The nice thing about publishing an independent magazine without any sort of advertiser or kind of outside pressures is that we get to take that journey for ourselves. We get to come out the end and be like, ‘I'm in a totally different place than when I started.’ And I'm totally cool with that. But this is the thing that really gets me out of bed in the morning. These are the kind of intellectual—but also, I would say, life and death questions that I am most excited about talking about.

Alicia: I love that so much. Publishing independently, I think, is the only way to answer, ask those questions. Only way to really be engaged with the world. [Laughs.]
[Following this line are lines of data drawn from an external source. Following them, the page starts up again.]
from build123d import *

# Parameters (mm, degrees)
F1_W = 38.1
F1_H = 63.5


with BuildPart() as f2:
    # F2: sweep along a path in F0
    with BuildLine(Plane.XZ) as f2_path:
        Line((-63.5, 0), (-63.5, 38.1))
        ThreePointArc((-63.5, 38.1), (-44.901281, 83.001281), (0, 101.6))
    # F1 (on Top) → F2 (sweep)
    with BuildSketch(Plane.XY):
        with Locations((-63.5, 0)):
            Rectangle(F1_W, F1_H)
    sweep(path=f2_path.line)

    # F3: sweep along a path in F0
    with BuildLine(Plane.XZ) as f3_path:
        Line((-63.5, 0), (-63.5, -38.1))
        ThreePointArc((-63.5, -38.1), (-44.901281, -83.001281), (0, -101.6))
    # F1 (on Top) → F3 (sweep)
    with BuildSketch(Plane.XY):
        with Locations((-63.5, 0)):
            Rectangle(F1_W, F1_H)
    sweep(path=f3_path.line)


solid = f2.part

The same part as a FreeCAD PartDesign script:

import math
import FreeCAD as App
import Part
import Sketcher
from FreeCAD import Vector
Q = App.Units.Quantity

doc = App.newDocument("Part")
body = doc.addObject("PartDesign::Body", "Body")

# Sketch on XY plane
sketch1 = body.newObject("Sketcher::SketchObject", "Sketch")
sketch1.AttachmentSupport = (doc.getObject("XY_Plane"), [""])
sketch1.MapMode = "FlatFace"
sketch1.addGeometry([
    Part.LineSegment(Vector(-83, 32, 0), Vector(-83, -32, 0)),
    Part.LineSegment(Vector(-83, -32, 0), Vector(-44, -32, 0)),
    Part.LineSegment(Vector(-44, -32, 0), Vector(-44, 32, 0)),
    Part.LineSegment(Vector(-44, 32, 0), Vector(-83, 32, 0)),
], False)
sketch1.addConstraint([
    Sketcher.Constraint("Coincident", 0, 2, 1, 1),
    Sketcher.Constraint("Coincident", 1, 2, 2, 1),
    Sketcher.Constraint("Coincident", 2, 2, 3, 1),
    Sketcher.Constraint("Coincident", 3, 2, 0, 1),
    Sketcher.Constraint("Vertical", 0),
    Sketcher.Constraint("Horizontal", 1),
    Sketcher.Constraint("Vertical", 2),
    Sketcher.Constraint("Horizontal", 3),
    Sketcher.Constraint("DistanceX", 1, 1, 1, 2, Q("1.5 in")),
    Sketcher.Constraint("DistanceY", 0, 2, 0, 1, Q("2.5 in")),
    Sketcher.Constraint("DistanceX", 0, 2, -1, 1, Q("3.25 in")),
    Sketcher.Constraint("DistanceY", 0, 2, -1, 1, Q("1.25 in")),
])

# Sketch on XZ plane
sketch2 = body.newObject("Sketcher::SketchObject", "Sketch001")
sketch2.AttachmentSupport = (doc.getObject("XZ_Plane"), [""])
sketch2.MapMode = "FlatFace"
sketch2.addGeometry([
    Part.LineSegment(Vector(-64, 0, 0), Vector(-64, 38, 0)),
    Part.ArcOfCircle(Part.Circle(Vector(0, 38, 0), Vector(0, 0, 1), 63), math.radians(90), math.radians(180)),
], False)
sketch2.addConstraint([
    Sketcher.Constraint("Tangent", 0, 2, 1, 2),
    Sketcher.Constraint("Vertical", 0),
    Sketcher.Constraint("PointOnObject", 1, 3, -2),
    Sketcher.Constraint("PointOnObject", 0, 1, -1),
    Sketcher.Constraint("PointOnObject", 1, 1, -2),
    Sketcher.Constraint("Radius", 1, Q("2.4999999 in")),
    Sketcher.Constraint("DistanceY", 0, 1, 0, 2, Q("1.5 in")),
])
doc.recompute()

additivepipe = body.newObject("PartDesign::AdditivePipe", "AdditivePipe")
additivepipe.Profile = sketch1
additivepipe.Spine = (sketch2, ["Edge1", "Edge2"])

# Sketch on XY plane
sketch3 = body.newObject("Sketcher::SketchObject", "Sketch002")
sketch3.AttachmentSupport = (doc.getObject("XY_Plane"), [""])
sketch3.MapMode = "FlatFace"
sketch3.addGeometry([
    Part.LineSegment(Vector(-83, 32, 0), Vector(-83, -32, 0)),
    Part.LineSegment(Vector(-83, -32, 0), Vector(-44, -32, 0)),
    Part.LineSegment(Vector(-44, -32, 0), Vector(-44, 32, 0)),
    Part.LineSegment(Vector(-44, 32, 0), Vector(-83, 32, 0)),
], False)
sketch3.addConstraint([
    Sketcher.Constraint("Coincident", 0, 2, 1, 1),
    Sketcher.Constraint("Coincident", 1, 2, 2, 1),
    Sketcher.Constraint("Coincident", 2, 2, 3, 1),
    Sketcher.Constraint("Coincident", 3, 2, 0, 1),
    Sketcher.Constraint("Vertical", 0),
    Sketcher.Constraint("Horizontal", 1),
    Sketcher.Constraint("Vertical", 2),
    Sketcher.Constraint("Horizontal", 3),
    Sketcher.Constraint("DistanceX", 1, 1, 1, 2, Q("1.5 in")),
    Sketcher.Constraint("DistanceY", 0, 2, 0, 1, Q("2.5 in")),
    Sketcher.Constraint("DistanceX", 0, 2, -1, 1, Q("3.25 in")),
    Sketcher.Constraint("DistanceY", 0, 2, -1, 1, Q("1.25 in")),
])

# Sketch on XZ plane
sketch4 = body.newObject("Sketcher::SketchObject", "Sketch003")
sketch4.AttachmentSupport = (doc.getObject("XZ_Plane"), [""])
sketch4.MapMode = "FlatFace"
sketch4.addGeometry([
    Part.LineSegment(Vector(-64, 0, 0), Vector(-64, -38, 0)),
    Part.ArcOfCircle(Part.Circle(Vector(0, -38, 0), Vector(0, 0, 1), 63), math.radians(180), math.radians(270)),
], False)
sketch4.addConstraint([
    Sketcher.Constraint("Tangent", 0, 2, 1, 1),
    Sketcher.Constraint("Vertical", 0),
    Sketcher.Constraint("PointOnObject", 1, 3, -2),
    Sketcher.Constraint("PointOnObject", 0, 1, -1),
    Sketcher.Constraint("PointOnObject", 1, 2, -2),
    Sketcher.Constraint("Radius", 1, Q("2.4999999 in")),
    Sketcher.Constraint("DistanceY", 0, 2, 0, 1, Q("1.5 in")),
])
doc.recompute()

additivepipe2 = body.newObject("PartDesign::AdditivePipe", "AdditivePipe001")
additivepipe2.Profile = sketch3
additivepipe2.Spine = (sketch4, ["Edge1", "Edge2"])

doc.recompute()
LinYee: And thankfully, we have new models and media that allow for that, because as you know, just a couple years ago, people were like, ‘Media is dead. Print is dead.’ And through that kind of fire, we have come with all these new, more interesting independent models that support independent people, independent ideas. And I'm so thankful for those conversations.

Alicia: Absolutely. 

And one of the things that strikes me in reading Mold is that it is a food magazine. It's about food, but it also acknowledges hunger. And it acknowledges the unpleasant aspects of food and the unpleasant aspects of food systems. And whether that's waste that is wasteful in general. Whether it's hunger, whether it's literally the fact that we excrete our food after we eat it—

LinYee: Well, shit is food. [Laughs.]

Alicia: Shit is food! And so—[Laughs.] 

I mean, we've talked about how you've developed your perspective on these issues. But are there other publications, other media, other writers? Have you seen a different approach to food system issues emerge? And how have you gotten new insight, new perspective from, in food?

LinYee: Well, I think that the kind of reckoning of the last couple of years as mainstream food media has really brought a more, I'd say, global and diverse group of voices to the forefront. And I think that that's been very exciting for me, because we mentioned Whetstone earlier. But I love that Stephen has a South Asia correspondent for the work that he's doing. And even larger mainstream publications that we don't necessarily have to name are diversifying their editors and writers. And I think that's so, so critical just to have different voices that are going to reflect the reality of what it means to eat and drink today in the United States.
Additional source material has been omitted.